Anyone who has had the great pleasure to interact or work with Celia will know her as a calm, reassuring presence. Her delightful demeanor and passion could draw you into the world of parasites, making you question whether you should continue to eat pork or spaghetti, while simultaneously spurring up a profound desire to delve deeper into parasitology, converting (or even infecting) many students. This impact, her vast knowledge and expertise, along with her belief that “you are only as good as your last lecture”, unsurprisingly granted Celia with a Lifetime Achievement Award at the Provost’s Teaching Award 2018 – 2019.

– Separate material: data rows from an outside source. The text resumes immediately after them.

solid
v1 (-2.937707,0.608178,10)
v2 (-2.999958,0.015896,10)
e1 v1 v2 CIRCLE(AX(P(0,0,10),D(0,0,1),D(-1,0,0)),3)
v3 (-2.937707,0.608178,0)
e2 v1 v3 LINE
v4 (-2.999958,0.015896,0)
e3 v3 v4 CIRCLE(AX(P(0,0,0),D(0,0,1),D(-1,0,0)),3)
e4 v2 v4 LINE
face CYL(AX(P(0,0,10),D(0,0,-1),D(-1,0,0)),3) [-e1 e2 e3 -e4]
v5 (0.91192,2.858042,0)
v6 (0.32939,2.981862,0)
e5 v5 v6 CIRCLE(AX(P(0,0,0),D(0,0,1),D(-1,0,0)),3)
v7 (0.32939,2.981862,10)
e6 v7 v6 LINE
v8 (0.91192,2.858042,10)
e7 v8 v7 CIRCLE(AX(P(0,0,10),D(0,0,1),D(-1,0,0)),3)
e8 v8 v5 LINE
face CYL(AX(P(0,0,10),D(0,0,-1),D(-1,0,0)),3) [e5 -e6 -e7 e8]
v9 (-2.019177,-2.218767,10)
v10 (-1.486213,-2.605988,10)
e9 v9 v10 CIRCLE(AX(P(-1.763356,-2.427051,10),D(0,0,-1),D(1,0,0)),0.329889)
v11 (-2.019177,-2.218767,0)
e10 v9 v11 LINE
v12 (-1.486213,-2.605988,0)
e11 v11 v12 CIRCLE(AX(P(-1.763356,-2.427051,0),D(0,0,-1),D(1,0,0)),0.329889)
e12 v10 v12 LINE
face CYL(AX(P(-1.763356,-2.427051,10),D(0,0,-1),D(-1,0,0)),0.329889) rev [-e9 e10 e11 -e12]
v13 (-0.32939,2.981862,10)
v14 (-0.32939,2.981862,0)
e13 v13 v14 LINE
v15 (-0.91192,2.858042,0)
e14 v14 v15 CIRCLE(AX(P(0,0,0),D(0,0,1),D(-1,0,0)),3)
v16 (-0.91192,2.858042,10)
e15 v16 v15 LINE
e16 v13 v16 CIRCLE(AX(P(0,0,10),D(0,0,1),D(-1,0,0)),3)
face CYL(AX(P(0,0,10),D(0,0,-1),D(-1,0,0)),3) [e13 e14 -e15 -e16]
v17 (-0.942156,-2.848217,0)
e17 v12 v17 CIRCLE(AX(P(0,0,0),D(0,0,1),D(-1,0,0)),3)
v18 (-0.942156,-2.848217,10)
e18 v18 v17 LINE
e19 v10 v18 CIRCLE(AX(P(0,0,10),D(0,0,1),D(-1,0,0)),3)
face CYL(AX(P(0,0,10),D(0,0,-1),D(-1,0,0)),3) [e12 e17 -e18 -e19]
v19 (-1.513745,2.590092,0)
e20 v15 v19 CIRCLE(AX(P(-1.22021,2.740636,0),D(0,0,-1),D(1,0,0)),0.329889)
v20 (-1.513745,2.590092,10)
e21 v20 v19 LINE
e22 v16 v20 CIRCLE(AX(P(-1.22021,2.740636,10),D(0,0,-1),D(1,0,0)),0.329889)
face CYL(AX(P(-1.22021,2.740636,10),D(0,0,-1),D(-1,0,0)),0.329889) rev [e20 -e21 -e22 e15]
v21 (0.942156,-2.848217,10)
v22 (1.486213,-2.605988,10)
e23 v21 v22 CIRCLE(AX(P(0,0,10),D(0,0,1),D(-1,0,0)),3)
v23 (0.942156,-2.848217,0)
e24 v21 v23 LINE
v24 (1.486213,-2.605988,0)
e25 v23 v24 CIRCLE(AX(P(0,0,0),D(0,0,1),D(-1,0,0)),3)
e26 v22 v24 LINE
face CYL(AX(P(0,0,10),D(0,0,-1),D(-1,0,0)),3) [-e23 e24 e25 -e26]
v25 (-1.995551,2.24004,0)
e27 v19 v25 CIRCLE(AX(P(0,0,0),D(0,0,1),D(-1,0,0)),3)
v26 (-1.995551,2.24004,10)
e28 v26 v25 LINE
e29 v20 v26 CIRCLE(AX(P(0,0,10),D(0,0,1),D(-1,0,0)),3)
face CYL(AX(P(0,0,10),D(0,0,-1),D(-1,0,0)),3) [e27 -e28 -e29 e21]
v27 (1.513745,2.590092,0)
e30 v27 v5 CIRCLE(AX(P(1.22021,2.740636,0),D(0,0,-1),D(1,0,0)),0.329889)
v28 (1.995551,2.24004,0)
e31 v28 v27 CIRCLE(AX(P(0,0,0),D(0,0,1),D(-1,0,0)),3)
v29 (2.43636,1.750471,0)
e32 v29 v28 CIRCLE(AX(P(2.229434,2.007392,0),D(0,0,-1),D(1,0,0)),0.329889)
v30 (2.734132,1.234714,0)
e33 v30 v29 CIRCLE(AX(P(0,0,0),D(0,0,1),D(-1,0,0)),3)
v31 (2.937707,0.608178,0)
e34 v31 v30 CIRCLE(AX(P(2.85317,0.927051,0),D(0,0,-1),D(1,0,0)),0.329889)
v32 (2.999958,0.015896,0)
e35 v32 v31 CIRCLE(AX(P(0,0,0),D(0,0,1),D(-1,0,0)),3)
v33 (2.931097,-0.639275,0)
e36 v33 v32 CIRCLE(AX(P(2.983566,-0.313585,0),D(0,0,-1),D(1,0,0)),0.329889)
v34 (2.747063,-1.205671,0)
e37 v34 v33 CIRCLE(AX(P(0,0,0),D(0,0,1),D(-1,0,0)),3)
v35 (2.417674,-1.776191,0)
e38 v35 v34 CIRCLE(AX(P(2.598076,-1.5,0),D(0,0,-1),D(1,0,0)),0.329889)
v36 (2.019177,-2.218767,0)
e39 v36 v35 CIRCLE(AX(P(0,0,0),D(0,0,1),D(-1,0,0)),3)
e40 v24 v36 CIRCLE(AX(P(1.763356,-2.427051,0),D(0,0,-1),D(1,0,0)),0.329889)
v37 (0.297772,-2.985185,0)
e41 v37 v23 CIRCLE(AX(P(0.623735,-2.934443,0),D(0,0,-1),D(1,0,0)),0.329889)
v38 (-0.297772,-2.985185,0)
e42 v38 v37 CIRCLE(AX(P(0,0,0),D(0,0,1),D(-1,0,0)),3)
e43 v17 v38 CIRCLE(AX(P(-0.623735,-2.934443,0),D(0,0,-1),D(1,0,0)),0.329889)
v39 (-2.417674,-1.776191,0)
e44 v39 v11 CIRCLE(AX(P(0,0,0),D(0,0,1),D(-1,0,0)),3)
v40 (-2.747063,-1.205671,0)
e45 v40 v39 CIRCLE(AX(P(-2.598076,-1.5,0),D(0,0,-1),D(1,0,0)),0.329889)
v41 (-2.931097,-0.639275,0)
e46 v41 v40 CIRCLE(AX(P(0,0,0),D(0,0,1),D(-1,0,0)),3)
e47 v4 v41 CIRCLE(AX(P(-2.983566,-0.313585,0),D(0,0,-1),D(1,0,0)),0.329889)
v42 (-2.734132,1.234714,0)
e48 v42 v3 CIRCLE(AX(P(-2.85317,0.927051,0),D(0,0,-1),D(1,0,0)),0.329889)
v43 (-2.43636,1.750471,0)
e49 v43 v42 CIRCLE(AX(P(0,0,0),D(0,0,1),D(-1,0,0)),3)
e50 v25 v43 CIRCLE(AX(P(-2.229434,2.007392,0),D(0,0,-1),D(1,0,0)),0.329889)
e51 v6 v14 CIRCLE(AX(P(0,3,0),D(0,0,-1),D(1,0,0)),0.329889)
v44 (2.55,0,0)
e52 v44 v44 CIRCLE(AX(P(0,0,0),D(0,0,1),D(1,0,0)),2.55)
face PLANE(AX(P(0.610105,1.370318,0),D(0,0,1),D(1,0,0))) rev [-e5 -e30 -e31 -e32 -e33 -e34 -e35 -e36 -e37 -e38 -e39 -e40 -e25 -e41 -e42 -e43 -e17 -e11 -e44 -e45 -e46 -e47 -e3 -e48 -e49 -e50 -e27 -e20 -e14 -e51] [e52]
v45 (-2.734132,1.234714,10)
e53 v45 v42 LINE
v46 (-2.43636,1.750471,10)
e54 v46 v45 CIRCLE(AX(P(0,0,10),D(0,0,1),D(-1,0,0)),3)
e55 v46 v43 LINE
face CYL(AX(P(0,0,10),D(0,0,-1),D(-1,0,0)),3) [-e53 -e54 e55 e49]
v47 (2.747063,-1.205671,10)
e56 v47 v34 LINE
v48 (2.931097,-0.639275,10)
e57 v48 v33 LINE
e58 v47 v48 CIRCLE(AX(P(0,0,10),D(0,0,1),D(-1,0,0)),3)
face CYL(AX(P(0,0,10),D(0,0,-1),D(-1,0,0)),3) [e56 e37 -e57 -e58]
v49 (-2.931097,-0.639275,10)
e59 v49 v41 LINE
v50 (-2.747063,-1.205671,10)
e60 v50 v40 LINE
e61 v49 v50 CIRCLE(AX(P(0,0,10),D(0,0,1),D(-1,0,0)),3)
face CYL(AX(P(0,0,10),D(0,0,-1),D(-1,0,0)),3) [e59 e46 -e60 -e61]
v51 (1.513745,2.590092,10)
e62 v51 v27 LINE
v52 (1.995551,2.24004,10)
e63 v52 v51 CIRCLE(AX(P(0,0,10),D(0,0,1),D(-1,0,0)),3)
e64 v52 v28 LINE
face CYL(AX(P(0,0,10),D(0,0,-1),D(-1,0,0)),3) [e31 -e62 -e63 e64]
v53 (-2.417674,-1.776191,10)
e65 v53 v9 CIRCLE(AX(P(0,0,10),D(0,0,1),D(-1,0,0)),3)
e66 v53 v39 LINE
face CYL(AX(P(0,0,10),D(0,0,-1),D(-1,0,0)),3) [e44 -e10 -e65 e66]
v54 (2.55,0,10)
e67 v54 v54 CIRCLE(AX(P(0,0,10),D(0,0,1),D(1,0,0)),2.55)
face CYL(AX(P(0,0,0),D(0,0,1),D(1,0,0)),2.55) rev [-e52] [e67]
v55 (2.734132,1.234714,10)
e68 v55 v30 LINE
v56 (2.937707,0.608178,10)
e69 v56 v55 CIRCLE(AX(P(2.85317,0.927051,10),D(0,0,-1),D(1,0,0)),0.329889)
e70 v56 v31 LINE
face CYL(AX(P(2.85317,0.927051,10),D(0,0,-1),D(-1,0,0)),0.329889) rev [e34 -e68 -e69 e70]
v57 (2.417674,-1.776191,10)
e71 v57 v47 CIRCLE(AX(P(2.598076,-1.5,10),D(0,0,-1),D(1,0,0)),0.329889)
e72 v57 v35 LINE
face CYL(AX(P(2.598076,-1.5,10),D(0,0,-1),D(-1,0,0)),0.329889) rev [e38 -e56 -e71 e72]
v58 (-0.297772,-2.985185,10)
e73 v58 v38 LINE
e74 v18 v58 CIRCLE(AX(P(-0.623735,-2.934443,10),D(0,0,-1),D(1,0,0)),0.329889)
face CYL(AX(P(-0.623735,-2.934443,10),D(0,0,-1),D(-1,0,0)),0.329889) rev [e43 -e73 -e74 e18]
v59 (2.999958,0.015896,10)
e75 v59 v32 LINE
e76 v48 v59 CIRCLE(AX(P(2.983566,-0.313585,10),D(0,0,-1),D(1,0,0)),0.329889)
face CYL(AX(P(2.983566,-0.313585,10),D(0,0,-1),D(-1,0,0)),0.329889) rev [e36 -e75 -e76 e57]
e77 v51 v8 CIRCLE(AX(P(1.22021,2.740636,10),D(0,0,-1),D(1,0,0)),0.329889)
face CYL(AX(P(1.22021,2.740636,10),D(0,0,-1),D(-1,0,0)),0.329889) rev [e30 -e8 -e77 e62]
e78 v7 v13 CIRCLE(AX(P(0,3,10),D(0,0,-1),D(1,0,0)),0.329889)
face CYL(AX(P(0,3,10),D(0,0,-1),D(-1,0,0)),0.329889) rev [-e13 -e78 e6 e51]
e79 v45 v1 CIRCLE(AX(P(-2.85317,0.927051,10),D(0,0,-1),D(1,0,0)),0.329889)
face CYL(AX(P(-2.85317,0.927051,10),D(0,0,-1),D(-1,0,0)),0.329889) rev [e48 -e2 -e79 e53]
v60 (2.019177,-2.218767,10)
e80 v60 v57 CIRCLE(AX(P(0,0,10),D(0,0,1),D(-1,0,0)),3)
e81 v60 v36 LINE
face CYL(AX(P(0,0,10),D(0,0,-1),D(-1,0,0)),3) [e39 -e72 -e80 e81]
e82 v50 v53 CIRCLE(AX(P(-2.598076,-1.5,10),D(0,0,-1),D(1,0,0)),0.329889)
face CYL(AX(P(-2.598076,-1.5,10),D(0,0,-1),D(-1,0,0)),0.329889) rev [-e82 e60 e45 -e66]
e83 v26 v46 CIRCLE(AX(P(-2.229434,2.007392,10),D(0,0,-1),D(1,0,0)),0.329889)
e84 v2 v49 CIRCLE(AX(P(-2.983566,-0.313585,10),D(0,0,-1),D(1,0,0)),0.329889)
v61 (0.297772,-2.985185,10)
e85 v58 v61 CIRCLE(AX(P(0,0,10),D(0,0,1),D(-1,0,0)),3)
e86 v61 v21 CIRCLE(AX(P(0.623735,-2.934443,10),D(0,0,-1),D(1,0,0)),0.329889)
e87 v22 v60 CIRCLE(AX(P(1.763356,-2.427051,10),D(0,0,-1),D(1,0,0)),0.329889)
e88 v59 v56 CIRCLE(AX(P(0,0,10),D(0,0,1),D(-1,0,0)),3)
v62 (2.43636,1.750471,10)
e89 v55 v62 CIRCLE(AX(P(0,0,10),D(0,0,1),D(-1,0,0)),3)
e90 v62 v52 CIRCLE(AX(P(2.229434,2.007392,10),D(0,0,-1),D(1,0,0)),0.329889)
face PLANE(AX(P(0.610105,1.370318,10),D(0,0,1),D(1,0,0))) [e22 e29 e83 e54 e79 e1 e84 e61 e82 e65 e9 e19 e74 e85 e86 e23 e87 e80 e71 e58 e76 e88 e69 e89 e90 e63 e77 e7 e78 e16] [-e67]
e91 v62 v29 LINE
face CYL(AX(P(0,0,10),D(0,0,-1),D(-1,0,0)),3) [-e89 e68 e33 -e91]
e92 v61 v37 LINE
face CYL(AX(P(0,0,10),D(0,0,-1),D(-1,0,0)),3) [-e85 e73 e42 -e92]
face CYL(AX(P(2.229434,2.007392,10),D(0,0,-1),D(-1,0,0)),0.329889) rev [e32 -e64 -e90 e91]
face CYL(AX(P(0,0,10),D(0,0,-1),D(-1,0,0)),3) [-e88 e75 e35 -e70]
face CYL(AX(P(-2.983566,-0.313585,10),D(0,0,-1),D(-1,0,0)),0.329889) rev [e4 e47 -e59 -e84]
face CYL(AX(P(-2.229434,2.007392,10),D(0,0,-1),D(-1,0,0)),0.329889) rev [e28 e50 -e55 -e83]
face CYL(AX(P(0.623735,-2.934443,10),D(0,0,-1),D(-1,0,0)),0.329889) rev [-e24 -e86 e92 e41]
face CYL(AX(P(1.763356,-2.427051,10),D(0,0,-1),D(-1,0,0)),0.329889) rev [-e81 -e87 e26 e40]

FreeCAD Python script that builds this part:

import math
import FreeCAD as App
import Part
import Sketcher

V = App.Vector

doc = App.newDocument("Part")
body = doc.addObject("PartDesign::Body", "Body")

# Sketch on XY plane
sketch1 = body.newObject("Sketcher::SketchObject", "Sketch")
sketch1.AttachmentSupport = (doc.getObject("XY_Plane"), [""])
sketch1.MapMode = "FlatFace"
sketch1.addGeometry(Part.ArcOfCircle(Part.Circle(V(0, 0, 0), V(0, 0, 1), 3), math.radians(72.3), math.radians(83.7)), False)
sketch1.addGeometry(Part.ArcOfCircle(Part.Circle(V(0, 3, 0), V(0, 0, 1), 0.33), math.radians(-177), math.radians(-3)), False)
sketch1.addGeometry(Part.ArcOfCircle(Part.Circle(V(0, 0, 0), V(0, 0, 1), 3), math.radians(96.3), math.radians(107.7)), False)
sketch1.addGeometry(Part.ArcOfCircle(Part.Circle(V(-1.22, 2.74, 0), V(0, 0, 1), 0.33), math.radians(-153), math.radians(21)), False)
sketch1.addGeometry(Part.ArcOfCircle(Part.Circle(V(0, 0, 0), V(0, 0, 1), 3), math.radians(120.3), math.radians(131.7)), False)
sketch1.addGeometry(Part.ArcOfCircle(Part.Circle(V(-2.23, 2.01, 0), V(0, 0, 1), 0.33), math.radians(-129), math.radians(45)), False)
sketch1.addGeometry(Part.ArcOfCircle(Part.Circle(V(0, 0, 0), V(0, 0, 1), 3), math.radians(144.3), math.radians(155.7)), False)
sketch1.addGeometry(Part.ArcOfCircle(Part.Circle(V(-2.85, 0.93, 0), V(0, 0, 1), 0.33), math.radians(-105), math.radians(69)), False)
sketch1.addGeometry(Part.ArcOfCircle(Part.Circle(V(0, 0, 0), V(0, 0, 1), 3), math.radians(168.3), math.radians(179.7)), False)
sketch1.addGeometry(Part.ArcOfCircle(Part.Circle(V(-2.98, -0.31, 0), V(0, 0, 1), 0.33), math.radians(-81), math.radians(93)), False)
sketch1.addGeometry(Part.ArcOfCircle(Part.Circle(V(0, 0, 0), V(0, 0, 1), 3), math.radians(-167.7), math.radians(-156.3)), False)
sketch1.addGeometry(Part.ArcOfCircle(Part.Circle(V(-2.6, -1.5, 0), V(0, 0, 1), 0.33), math.radians(-57), math.radians(117)), False)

Celia has not only had a huge impact on the college community and the people she met, but has also significantly impacted the global community with her research, which took place around the globe. Celia has worked on a multitude of parasites and their hosts over the years. She has studied parasites affecting Irish school children, raising awareness of the symptoms and impacts of toxocaral eye disease, a treatable and preventable disease caused by Toxocara. Toxocariasis, a zoonotic infection, has huge impacts on human health around the globe. She also highlighted the importance of targeting Trichuris trichiura, a whipworm that can infect over 90% of children in the tropics and subtropics, causing major impacts on health and quality of life. Celia demonstrated the importance of treating children and girls in particular, as adolescent girls have higher iron requirements due to menstruation, pregnancy & breast feeding. Most notably, Celia worked on one of the most prevalent and simultaneously under-researched Neglected Tropical Diseases Ascaris, a helminth parasite of humans and animals. She worked on both Ascaris lumbricoides (human parasite) and Ascaris suum (pig parasite). Ascaris lumbricoides has been described as the ultimate Neglected Tropical Disease, both because of its impact on child health and the general lack of awareness around it. This work culminated when Celia published “Ascaris: the neglected parasite” in 2014. The book “provides a blueprint of how a single parasite can stimulate interest in basic biology, clinical science, veterinary science, public health and epidemiology”. Her dedication to understanding and investigating parasites and their impacts, has led to her being an Invited Expert on the WHO Advisory Panel on Parasitic Diseases and a member of the WHO Guideline Development Group (GDG) – deworming, in 2016, a Member of the WHO Foodborne Disease Burden Epidemiology Expert Elicitation in 2014 and an Editor of the Cambridge Journal Parasitology 2011-2019. Celia has a remarkable repertoire of awards, recognitions and representations, befitting a woman of her caliber and dedication.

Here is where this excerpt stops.